17. The PCCT system of claim 11, wherein the first focal spot size is an extra-large (XL) focal spot, and the second focal spot size is one of a large (L) focal spot, a small(S) focal spot, and an extra-small (XS) focal spot.

18. The PCCT system of claim 11, wherein further instructions are stored in the non-transitory memory that when executed, cause the processor to:

during a calibration stage of the PCCT system:

generate and store in the non-transitory memory a set of pile-up calibration vectors, a set of tube current calibration vectors, a set of air calibration vectors, and a set of MD calibration vectors for a focal spot of a first size; and

generate and store in the non-transitory memory a set of air calibration vectors and a set of tube current calibration vectors for focal spots of a different size than the first size, and not generate a set of MD calibration vectors for the focal spots of the different size.

19. The PCCT system of claim 18, wherein further instructions are stored in the non-transitory memory that when executed, cause the processor to:

during the calibration stage:

generate and store in the non-transitory memory a set of pile-up calibration vectors, a set of tube current calibration vectors, a set of air calibration vectors, and a set of MD calibration vectors for a first focal spot of the first size and a second focal spot of a second size; and

generate and store in the non-transitory memory a set of air calibration vectors and a set of tube current calibration vectors for focal spots of a different size than both of the first size and the second size, and not generate a set of MD calibration vectors for focal spots of a different size than both of the first size and the second size.

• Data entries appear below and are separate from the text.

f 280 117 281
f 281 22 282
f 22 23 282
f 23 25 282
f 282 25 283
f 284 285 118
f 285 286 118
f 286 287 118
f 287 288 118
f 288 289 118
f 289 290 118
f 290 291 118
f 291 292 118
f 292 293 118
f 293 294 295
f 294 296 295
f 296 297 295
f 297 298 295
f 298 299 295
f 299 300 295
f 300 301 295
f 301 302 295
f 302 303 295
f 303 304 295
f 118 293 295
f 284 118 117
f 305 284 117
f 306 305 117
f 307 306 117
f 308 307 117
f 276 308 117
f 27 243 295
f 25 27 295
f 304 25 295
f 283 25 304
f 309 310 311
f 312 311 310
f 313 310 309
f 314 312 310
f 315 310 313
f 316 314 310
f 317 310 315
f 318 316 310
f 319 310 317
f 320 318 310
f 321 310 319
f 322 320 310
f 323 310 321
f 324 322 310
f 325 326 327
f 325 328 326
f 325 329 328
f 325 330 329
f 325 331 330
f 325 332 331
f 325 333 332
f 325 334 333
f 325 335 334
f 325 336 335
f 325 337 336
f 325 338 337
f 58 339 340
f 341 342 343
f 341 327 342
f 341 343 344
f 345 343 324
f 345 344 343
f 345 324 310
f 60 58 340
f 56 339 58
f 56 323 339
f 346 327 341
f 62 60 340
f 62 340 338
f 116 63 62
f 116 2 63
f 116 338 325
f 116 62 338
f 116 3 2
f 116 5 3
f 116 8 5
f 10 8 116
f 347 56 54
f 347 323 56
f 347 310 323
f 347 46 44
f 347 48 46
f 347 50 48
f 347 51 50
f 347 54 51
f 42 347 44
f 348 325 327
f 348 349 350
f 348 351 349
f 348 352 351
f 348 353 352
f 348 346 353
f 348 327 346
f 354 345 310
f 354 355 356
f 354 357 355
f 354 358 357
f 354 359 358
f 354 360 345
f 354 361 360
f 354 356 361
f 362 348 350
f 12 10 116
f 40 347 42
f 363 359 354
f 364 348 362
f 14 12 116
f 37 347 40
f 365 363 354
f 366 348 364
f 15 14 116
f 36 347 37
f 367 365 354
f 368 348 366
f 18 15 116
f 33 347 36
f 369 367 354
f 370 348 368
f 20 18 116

20. A method for calibrating a photon counting computed tomography (PCCT) system, the method comprising:

during a calibration stage of the PCCT system:

setting a focal spot size scanning parameter of the PCCT system to a first size;

generating a set of pile-up calibration vectors, a set of tube current calibration vectors, a set of air calibration vectors, and a set of MD calibration vectors;

storing the set of pile-up calibration vectors, the set of air calibration vectors, the set of tube current calibration vectors, and the set of MD calibration vectors in a memory of the PCCT system;

setting the focal spot size scanning parameter of the PCCT system to a one or more different sizes, and for each size of the one or more different sizes:

generating and storing in the memory a set of air calibration vectors and a set of tube current calibration vectors, and not generating a set of MD calibration vectors.